Chop down a Florida pine and help save Scrub Jays in Sebastian

Jane Schnee stands among Slash and Sand Pines on her property she bought to help preserve the Scrub Jay population. Schnee and volunteers will be cutting down pine trees and allowing other to cut them down as well for Christmas Trees or to just help the Scrub Jays. Hawks tend to sit on the branches of the taller pine trees and hunt the Scrub Jays, according to Schnee. Staff photo: Keith Carson.

SEBASTIAN — With only about 100 Florida Scrub Jays left in Indian River County outside a protected state preserve, Sebastian resident Jane Schnee wants to give the endangered birds a safe place to nest and forage for food this winter.

The pine trees on the 10.6-acre tract need to go, Schnee said. They’re useless to the Scrub Jays as food and they harbor predator hawks.

For the second year, Schnee has timed work days around the Christmas season to entice volunteers and local residents to not only come out and remove the trees, but to reuse them by taking one home.

Trudging out into the woods to chop down a tree for Christmas seems a tad more romantic and adventurous than picking one from a lot astride a big-box store, so Schnee invites everyone from Sebastian and its environs to come on down and get one.

The trees won’t be the majestic and perfect evergreens that would cost a bundle at the tree lot, but these native Florida pines are what she remembers from Christmases past.

“None of the trees really looks like Christmas trees, but as a kid, that’s what we had,” she said.

Raised in Jacksonville Beach, Schnee lived in Chicago and then the Florida Keys and in 2006 wound up in Sebastian where she took up birding as a hobby.

Three years ago, she began volunteering with the Indian River County conservation lands program doing scrub jay counts and helping county staff catch and band the birds.

Schnee heard that a parcel of land had been permitted to be developed into 80 two-story townhomes and instead of waiting for somebody to do something, she stepped up and did it herself.

“There’s been a 90 percent drop in the scrub jay population,” Schnee said. “Not including the St. Sebastian (Buffer Preserve) State Park, there are only about 100 scrub jays left in the county.”

Some days, Schnee says she wonders what she got herself into last year when she bought the 10.6 acres to help save Sebastian’s struggling scrub jay population, as she figures out how to pay the property taxes and to restore the habitat on her own without the government help she said she thought would be available.

But she’s smart enough to ask for help from the community when a task is overwhelming.

“Governments were, and are still out of money, so I bought the property myself and am relying on volunteer help to restore the habitat,” she said.

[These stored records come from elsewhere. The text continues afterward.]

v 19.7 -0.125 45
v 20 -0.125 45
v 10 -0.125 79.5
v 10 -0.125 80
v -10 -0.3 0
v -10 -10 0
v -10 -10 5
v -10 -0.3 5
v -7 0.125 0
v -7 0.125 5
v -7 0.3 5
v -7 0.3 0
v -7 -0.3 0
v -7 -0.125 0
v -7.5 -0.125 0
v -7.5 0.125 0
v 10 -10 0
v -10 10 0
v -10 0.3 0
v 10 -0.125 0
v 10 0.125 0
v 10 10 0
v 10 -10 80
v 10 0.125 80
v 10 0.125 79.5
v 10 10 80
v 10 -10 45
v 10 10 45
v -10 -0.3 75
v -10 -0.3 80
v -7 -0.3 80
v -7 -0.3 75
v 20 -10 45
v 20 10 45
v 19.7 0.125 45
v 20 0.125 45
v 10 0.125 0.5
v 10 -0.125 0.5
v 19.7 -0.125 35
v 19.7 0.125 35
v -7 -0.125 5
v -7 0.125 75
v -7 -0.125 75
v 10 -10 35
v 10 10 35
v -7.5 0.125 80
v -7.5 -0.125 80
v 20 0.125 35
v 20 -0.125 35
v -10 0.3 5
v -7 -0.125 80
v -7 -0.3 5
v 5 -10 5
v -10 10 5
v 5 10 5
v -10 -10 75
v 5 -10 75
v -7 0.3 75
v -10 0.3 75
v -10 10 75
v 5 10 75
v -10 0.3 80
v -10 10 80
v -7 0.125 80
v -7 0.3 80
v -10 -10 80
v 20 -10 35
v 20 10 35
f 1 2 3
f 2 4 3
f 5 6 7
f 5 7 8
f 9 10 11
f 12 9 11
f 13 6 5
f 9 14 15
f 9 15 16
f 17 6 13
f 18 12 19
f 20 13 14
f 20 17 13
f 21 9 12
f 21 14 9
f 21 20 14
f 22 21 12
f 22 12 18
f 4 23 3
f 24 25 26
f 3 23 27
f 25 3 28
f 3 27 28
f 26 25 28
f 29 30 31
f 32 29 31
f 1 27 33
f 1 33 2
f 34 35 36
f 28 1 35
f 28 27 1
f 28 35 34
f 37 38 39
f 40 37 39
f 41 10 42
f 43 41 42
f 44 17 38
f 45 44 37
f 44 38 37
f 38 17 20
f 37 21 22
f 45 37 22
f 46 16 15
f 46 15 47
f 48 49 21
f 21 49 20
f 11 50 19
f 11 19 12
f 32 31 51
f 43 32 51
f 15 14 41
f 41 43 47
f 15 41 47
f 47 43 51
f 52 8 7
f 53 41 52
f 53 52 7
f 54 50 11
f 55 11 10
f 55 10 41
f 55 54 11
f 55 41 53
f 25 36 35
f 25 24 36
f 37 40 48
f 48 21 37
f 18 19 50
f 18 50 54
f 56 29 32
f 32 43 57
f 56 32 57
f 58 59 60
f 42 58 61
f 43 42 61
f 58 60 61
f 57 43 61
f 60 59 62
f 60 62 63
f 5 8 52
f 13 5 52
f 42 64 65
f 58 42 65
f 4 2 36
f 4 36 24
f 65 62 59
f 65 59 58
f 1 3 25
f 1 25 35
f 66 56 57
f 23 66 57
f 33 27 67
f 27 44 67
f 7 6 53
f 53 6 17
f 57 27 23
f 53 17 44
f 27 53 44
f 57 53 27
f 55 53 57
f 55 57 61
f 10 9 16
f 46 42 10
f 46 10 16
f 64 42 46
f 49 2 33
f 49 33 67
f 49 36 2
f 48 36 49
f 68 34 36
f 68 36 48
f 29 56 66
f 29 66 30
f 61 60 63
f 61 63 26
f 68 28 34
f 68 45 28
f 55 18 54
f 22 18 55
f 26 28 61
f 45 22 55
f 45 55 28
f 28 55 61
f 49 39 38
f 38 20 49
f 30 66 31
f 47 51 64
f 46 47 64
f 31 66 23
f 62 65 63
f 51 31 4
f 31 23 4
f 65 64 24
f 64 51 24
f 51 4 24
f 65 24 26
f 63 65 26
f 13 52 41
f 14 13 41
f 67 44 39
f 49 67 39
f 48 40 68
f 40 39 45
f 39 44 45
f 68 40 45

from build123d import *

# Parameters (mm, degrees)
ESQUISSE1_W             = 20
ESQUISSE1_H             = 20
BOSS_EXTRU_1_DEPTH      = 5
ESQUISSE2_W             = 5
ESQUISSE2_H             = 20
BOSS_EXTRU_2_DEPTH      = 70
ESQUISSE3_W             = 20
ESQUISSE3_H             = 20
BOSS_EXTRU_3_DEPTH      = 5
ESQUISSE4_W             = 3
ESQUISSE4_H             = 0.6
ENL_V_MAT_EXTRU_1_DEPTH = 90
ESQUISSE5_W             = 80
ESQUISSE5_H             = 0.25
BOSS_EXTRU_4_DEPTH      = 0.5
ESQUISSE8_W             = 10
ESQUISSE8_H             = 20
BOSS_EXTRU_6_DEPTH      = 10
BOSS_EXTRU_8_DEPTH      = 0.125
BOSS_EXTRU_8_DEPTH_BACK = 0.125


with BuildPart() as part:
    # Esquisse1 → Boss.-Extru.1 (new body)
    with BuildSketch(Plane.XY):
        Rectangle(ESQUISSE1_W, ESQUISSE1_H)
    extrude(amount=BOSS_EXTRU_1_DEPTH)

    # Esquisse2 → Boss.-Extru.2 (add)
    with BuildSketch(Plane.XY.offset(5)):
        with Locations((7.5, 0)):
            Rectangle(ESQUISSE2_W, ESQUISSE2_H)
    extrude(amount=BOSS_EXTRU_2_DEPTH)

    # Esquisse3 → Boss.-Extru.3 (add)
    with BuildSketch(Plane.XY.offset(75)):
        Rectangle(ESQUISSE3_W, ESQUISSE3_H)
    extrude(amount=BOSS_EXTRU_3_DEPTH)

    # Esquisse4 → Enlèv. mat.-Extru.1 (cut)
    with BuildSketch(Plane.XY.offset(80)):
        with Locations((-8.5, 0)):
            Rectangle(ESQUISSE4_W, ESQUISSE4_H)
    extrude(amount=-ENL_V_MAT_EXTRU_1_DEPTH, mode=Mode.SUBTRACT)

    # Esquisse5 → Boss.-Extru.4 (add)
    with BuildSketch(Plane.ZY.offset(7)):
        with Locations((40, 0)):
            Rectangle(ESQUISSE5_W, ESQUISSE5_H)
    extrude(amount=BOSS_EXTRU_4_DEPTH)

    # Esquisse8 → Boss.-Extru.6 (add)
    with BuildSketch(Plane(origin=(10, 0, 0), x_dir=(0, 0, -1), z_dir=(1, 0, 0))):
        with Locations((-40, 0)):
            Rectangle(ESQUISSE8_W, ESQUISSE8_H)
    extrude(amount=BOSS_EXTRU_6_DEPTH)

    # Esquisse10 → Boss.-Extru.8 (add, two sides: drawn at the far end of the back side and taken through both)
    with BuildSketch(Plane(origin=(0, 0, 0), x_dir=(1, 0, 0), z_dir=(0, 1, 0)).offset(-BOSS_EXTRU_8_DEPTH_BACK)):
        Polygon((10, -79.5), (19.7, -45), (20, -45), (10, -80), align=None)
        Polygon((19.7, -35), (20, -35), (10, 0), (10, -0.5), align=None)
    extrude(amount=BOSS_EXTRU_8_DEPTH + BOSS_EXTRU_8_DEPTH_BACK)


solid = part.part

Her task this holiday season is to make way for the scrub jays to nest in February by chopping down as many of the slash pine and sand pine trees on the property as possible.

In an effort to lure volunteers to help, she’s asking them to come and haul away their very own “Charlie Brown Christmas tree.”

The leftover trees will not go to waste, as Schnee said the INEOS Bio company has offered to pick the trees up and convert them to energy at the plant near the Indian River County Landfill west of Vero.

The nature-lover in Schnee hates the thought of cutting down perfectly good trees, but she said the trees would normally be cleared by nature.

“It’s totally overgrown. In nature, the pine trees would be thinned out every seven to 10 years by wildfire,” she said. “Lightning would strike and it would start a fire, but now if a fire starts, we would put it out, so the property is totally overgrown.”

The Pelican Island Audubon Society has put the word out to its members to help chop and haul on the dozen work days – including this Friday, Saturday and Sunday – when Schnee she’ll be out on the property coordinating the work.

Unlike Brazilian pepper trees, the pines, if cut low enough to the ground, don’t grow back and the stumps don’t need to be treated with an herbicide.

So once the pines are cleared, the native scrub oak trees should have the space and the unfettered sunlight to be able to flourish on the property.

“Scrub jays need scrub oaks because a big part of their diet is the acorns from scrub oaks,” Schnee said.

To help things out, Schnee said she plans to purchase some scrub oak seedlings and plant them on a patch of land that the developer had clear cut.

Having the pines gone will also eliminate perching spots for hawks that lurk and swoop down to make a snack out of the smaller scrub jays.

The baby birds born on her preserve last year went missing. Schnee hopes they just left the nest early to find mates and new habitat, but she suspects they fell prey to the hawks.

Schnee said she has a permit from the City of Sebastian for the tree removal, but she does not have any tools, so volunteers should bring their own saws and work gloves, if they will need them.

“The small pine trees are pretty easy to cut through,” she said. “The larger trees are up to about 40 feet tall.”

Work days are scheduled for 8:30 a.m. to 1 p.m. on Nov. 30 as well as Dec. 1, 2, 7, 8, 9, 14, 15 and 16.

The property is located on Barber Street, about one-half mile west of U.S. 1 across from the Park Place mobile home community.